For the question 2, here you go :
Lemma 1. Let $\rho : A \to B$ be a ring morphism making $B$ an $A$ algebra and $S$ be a multiplicatively closed subset of $A$. Let $C$ be the integral closure of $A$ in $B$. Then (the image of) $S^{-1} C$ is the integral closure of (the image of) $S^{-1}A$ in $S^{-1}B$. One says that localization commutes with integral closure.
Proof. First of all that (the image of) $S^{-1} C$ is integral over $S^{-1}A$ (I drop the image of's from here) is easy. Now let $x\in S^{-1}B$ a root of a monic polynomial $P$ in $S^{-1}A[T]$. Let $s\in S$ be the product of "denominators" of $x$ and coefficients of $P$. Then $sx$ verifies a monic relation over $A$, so that it is in $C$ by definition of $C$, so that $x$ is in $S^{-1}C$. $\square$
Proposition. Let $A$ be a domain. The following are equivalent : 


*

*$A$ is integrally closed ;

*For all $\mathfrak{p}\in\textrm{Spec}(A)$ the localization $A_{\mathfrak{p}}$ is integrally closed ;

*For all $\mathfrak{p}\in\textrm{Spec}(A)$ that is maximal, the localization $A_{\mathfrak{p}}$ is integrally closed.
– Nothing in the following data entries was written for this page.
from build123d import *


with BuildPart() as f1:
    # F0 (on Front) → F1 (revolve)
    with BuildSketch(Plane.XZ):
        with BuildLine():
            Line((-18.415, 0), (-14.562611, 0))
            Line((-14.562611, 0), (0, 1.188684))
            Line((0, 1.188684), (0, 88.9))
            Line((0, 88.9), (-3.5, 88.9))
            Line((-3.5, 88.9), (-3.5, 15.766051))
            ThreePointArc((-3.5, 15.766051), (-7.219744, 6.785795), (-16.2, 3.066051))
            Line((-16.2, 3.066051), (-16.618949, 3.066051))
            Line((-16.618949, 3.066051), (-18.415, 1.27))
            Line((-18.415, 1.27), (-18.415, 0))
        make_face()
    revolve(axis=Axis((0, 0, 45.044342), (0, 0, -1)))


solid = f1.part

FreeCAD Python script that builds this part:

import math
import FreeCAD as App
import Part
import Sketcher

V = App.Vector
Q = App.Units.Quantity

doc = App.newDocument("Part")
body = doc.addObject("PartDesign::Body", "Body")

sketch1 = body.newObject("Sketcher::SketchObject", "Sketch")
sketch1.AttachmentSupport = (doc.getObject("XZ_Plane"), [""])
sketch1.MapMode = "FlatFace"
sketch1.addGeometry([
    Part.LineSegment(V(-18.41, 0, 0), V(-14.56, 0, 0)),
    Part.LineSegment(V(-14.56, 0, 0), V(0, 1.19, 0)),
    Part.LineSegment(V(0, 1.19, 0), V(0, 88.9, 0)),
    Part.LineSegment(V(0, 88.9, 0), V(-3.5, 88.9, 0)),
    Part.LineSegment(V(-3.5, 88.9, 0), V(-3.5, 15.77, 0)),
    Part.ArcOfCircle(Part.Circle(V(-16.2, 15.77, 0), V(0, 0, 1), 12.7), math.radians(-90), math.radians(0)),
    Part.LineSegment(V(-16.2, 3.07, 0), V(-16.62, 3.07, 0)),
    Part.LineSegment(V(-16.62, 3.07, 0), V(-18.41, 1.27, 0)),
    Part.LineSegment(V(-18.41, 1.27, 0), V(-18.41, 0, 0)),
], False)
sketch1.addConstraint([
    Sketcher.Constraint("Coincident", 0, 2, 1, 1),
    Sketcher.Constraint("Coincident", 1, 2, 2, 1),
    Sketcher.Constraint("Coincident", 2, 2, 3, 1),
    Sketcher.Constraint("Coincident", 3, 2, 4, 1),
    Sketcher.Constraint("Tangent", 4, 2, 5, 2),
    Sketcher.Constraint("Tangent", 5, 1, 6, 1),
    Sketcher.Constraint("Coincident", 6, 2, 7, 1),
    Sketcher.Constraint("Coincident", 7, 2, 8, 1),
    Sketcher.Constraint("Coincident", 8, 2, 0, 1),
    Sketcher.Constraint("Horizontal", 0),
    Sketcher.Constraint("Vertical", 2),
    Sketcher.Constraint("Horizontal", 3),
    Sketcher.Constraint("Vertical", 4),
    Sketcher.Constraint("Horizontal", 6),
    Sketcher.Constraint("Vertical", 8),
    Sketcher.Constraint("PointOnObject", 0, 2, -1),
    Sketcher.Constraint("PointOnObject", 1, 2, -2),
    Sketcher.Constraint("Radius", 5, Q("0.5 in")),
    Sketcher.Constraint("Angle", 7, Q("-135 deg")),
    Sketcher.Constraint("Distance", 7, Q("0.1 in")),
    Sketcher.Constraint("DistanceY", 8, 2, 8, 1, Q("0.05 in")),
    Sketcher.Constraint("DistanceY", -1, 1, 2, 2, Q("3.5 in")),
    Sketcher.Constraint("DistanceX", 7, 2, -1, 1, Q("0.725 in")),
    Sketcher.Constraint("DistanceX", 3, 2, 3, 1, 3.5),
    Sketcher.Constraint("DistanceX", 0, 1, 0, 2, 3.852389),
    Sketcher.Constraint("DistanceY", 2, 1, 2, 2, 87.711316),
])
revolution = body.newObject("PartDesign::Revolution", "Revolution")
revolution.Profile = sketch1
revolution.ReferenceAxis = (sketch1, ["V_Axis"])
revolution.Angle = 360

doc.recompute()
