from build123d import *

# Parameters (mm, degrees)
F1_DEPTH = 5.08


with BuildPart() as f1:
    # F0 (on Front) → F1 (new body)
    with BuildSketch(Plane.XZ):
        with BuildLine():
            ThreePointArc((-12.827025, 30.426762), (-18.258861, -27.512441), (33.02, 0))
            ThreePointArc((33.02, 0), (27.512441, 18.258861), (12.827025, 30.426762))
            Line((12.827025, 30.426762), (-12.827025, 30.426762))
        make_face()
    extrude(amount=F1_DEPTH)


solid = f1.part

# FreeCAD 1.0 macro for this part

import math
import FreeCAD as App
import Part
import Sketcher
from FreeCAD import Vector
Q = App.Units.Quantity

doc = App.newDocument("Part")
body = doc.addObject("PartDesign::Body", "Body")

# Sketch on XZ plane
sketch1 = doc.addObject("Sketcher::SketchObject", "Sketch")
body.addObject(sketch1)
sketch1.AttachmentSupport = (doc.XZ_Plane, [""])
sketch1.MapMode = "FlatFace"
sketch1.addGeometry([
    Part.ArcOfCircle(Part.Circle(Vector(0, 0, 0), Vector(0, 0, 1), 33), math.radians(113), math.radians(360)),
    Part.ArcOfCircle(Part.Circle(Vector(0, 0, 0), Vector(0, 0, 1), 33), math.radians(0), math.radians(67)),
    Part.LineSegment(Vector(13, 30, 0), Vector(-13, 30, 0)),
], False)
sketch1.addConstraint([
    Sketcher.Constraint("Tangent", 0, 2, 1, 1),
    Sketcher.Constraint("Coincident", 1, 2, 2, 1),
    Sketcher.Constraint("Coincident", 2, 2, 0, 1),
    Sketcher.Constraint("Horizontal", 2),
    Sketcher.Constraint("Coincident", 0, 3, -1, 1),
    Sketcher.Constraint("Equal", 0, 1),
    Sketcher.Constraint("PointOnObject", 0, 2, -1),
    Sketcher.Constraint("Radius", 0, Q("1.3 in")),
    Sketcher.Constraint("DistanceX", 2, 2, 2, 1, Q("25.65405 mm")),
])
pad1 = doc.addObject("PartDesign::Pad", "Pad")
body.addObject(pad1)
pad1.Profile = sketch1
pad1.Length = Q("0.2 in")

doc.recompute()
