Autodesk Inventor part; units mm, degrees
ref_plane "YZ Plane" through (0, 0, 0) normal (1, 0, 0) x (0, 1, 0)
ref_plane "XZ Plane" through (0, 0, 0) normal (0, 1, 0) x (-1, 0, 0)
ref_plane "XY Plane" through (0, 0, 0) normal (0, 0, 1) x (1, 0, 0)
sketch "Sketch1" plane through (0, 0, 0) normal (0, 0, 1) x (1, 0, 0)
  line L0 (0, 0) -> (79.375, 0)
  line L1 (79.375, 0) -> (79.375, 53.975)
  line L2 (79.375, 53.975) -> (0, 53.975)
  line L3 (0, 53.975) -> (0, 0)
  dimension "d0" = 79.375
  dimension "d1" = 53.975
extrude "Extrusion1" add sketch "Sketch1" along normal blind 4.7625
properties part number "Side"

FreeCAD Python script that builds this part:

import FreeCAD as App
import Part
import Sketcher
Q = App.Units.Quantity

doc = App.newDocument("Part")
body = doc.addObject("PartDesign::Body", "Body")

sketch1 = body.newObject("Sketcher::SketchObject", "Sketch")
sketch1.AttachmentSupport = (doc.getObject("XY_Plane"), [""])
sketch1.MapMode = "FlatFace"
sketch1.addGeometry([
    Part.LineSegment(App.Vector(0, 53.975, 0), App.Vector(0, 0, 0)),
    Part.LineSegment(App.Vector(0, 0, 0), App.Vector(79.375, 0, 0)),
    Part.LineSegment(App.Vector(79.375, 0, 0), App.Vector(79.375, 53.975, 0)),
    Part.LineSegment(App.Vector(79.375, 53.975, 0), App.Vector(0, 53.975, 0)),
], False)
sketch1.addConstraint([
    Sketcher.Constraint("Coincident", 0, 2, 1, 1),
    Sketcher.Constraint("Coincident", 1, 2, 2, 1),
    Sketcher.Constraint("Coincident", 2, 2, 3, 1),
    Sketcher.Constraint("Coincident", 3, 2, 0, 1),
    Sketcher.Constraint("Vertical", 0),
    Sketcher.Constraint("Horizontal", 1),
    Sketcher.Constraint("Vertical", 2),
    Sketcher.Constraint("Horizontal", 3),
    Sketcher.Constraint("Coincident", 0, 2, -1, 1),
    Sketcher.Constraint("DistanceX", 1, 1, 1, 2, Q("3.125 in")),
    Sketcher.Constraint("DistanceY", 0, 2, 0, 1, Q("2.125 in")),
])
pad1 = body.newObject("PartDesign::Pad", "Pad")
pad1.Profile = sketch1
pad1.Length = Q("0.1875 in")

doc.recompute()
Proof. As $A$ is a domain, everything (localizations $A_{\mathfrak{p}}$'s included) will take place in $K = \textrm{Frac}(A)$. Then $\textrm{Frac}(A_{\mathfrak{p}}) = K$ for all $\mathfrak{p}\in\textrm{Spec}(A)$, so that the lemma shows that (1) implies (2). No comment one (2) implies (3). Now suppose (3). Note $C$ the integral closure of $A$ in $K$. By the lemma, the morphism (the inclusion) $C\to A$ induces an isomorphism $C_{\mathfrak{p}}\to A_{\mathfrak{p}}$ for $\mathfrak{p}\in\textrm{Spec}(A)$ that is maximal. The conclusion results from the following lemma. $\square$
Lemma 2. Let $\varphi : M\to N$ be an morphisms of $A$-modules. The following are equivalent :


*

*$\varphi$ is an isomorphism ;

*$\varphi_{\mathfrak{p}} : M_{\mathfrak{p}}\to N_{\mathfrak{p}}$ for all $\mathfrak{p}\in\textrm{Spec}(A)$ ;

*$\varphi_{\mathfrak{p}} : M_{\mathfrak{p}}\to N_{\mathfrak{p}}$ for all $\mathfrak{p}\in\textrm{Spec}(A)$ that is maximal.


Proof. Results immediately from the more general follwoing lemma. $\square.$
Lemma 3. Let $A$ be a ring and $S$ be a multiplicatively closed subset of $A$. Then $M\mapsto S^{-1}M$ is an exact functor.
Proof. $S^{-1} M \simeq M \otimes_A S^{-1} A$ functorialy so that $M\mapsto S^{-1}M$ is already right exact as "tensoring is a right exact functor". To conclude, one just has to show that $M\mapsto S^{-1}M$ sends injective maps to injective maps. So let $\varphi : M\to N$ be injective and let $\frac{m}{s}$ be in the kernel of $S^{-1}\varphi$, which means that $\frac{\varphi(m)}{\varphi(s)} = 0$ in $S^{-1}N$, which means that you can find an $s'\in S$ such that $s'\varphi(m) = 0$, which means $\varphi(s'm) = 0$, and $\varphi$'s injectivity implies that $s'm = 0$, which implies that $\frac{m}{s} = \frac{1}{ss'} s'm = 0$ in $S^{-1} M$. $\square$
Remark. The proposition answers to your question 2.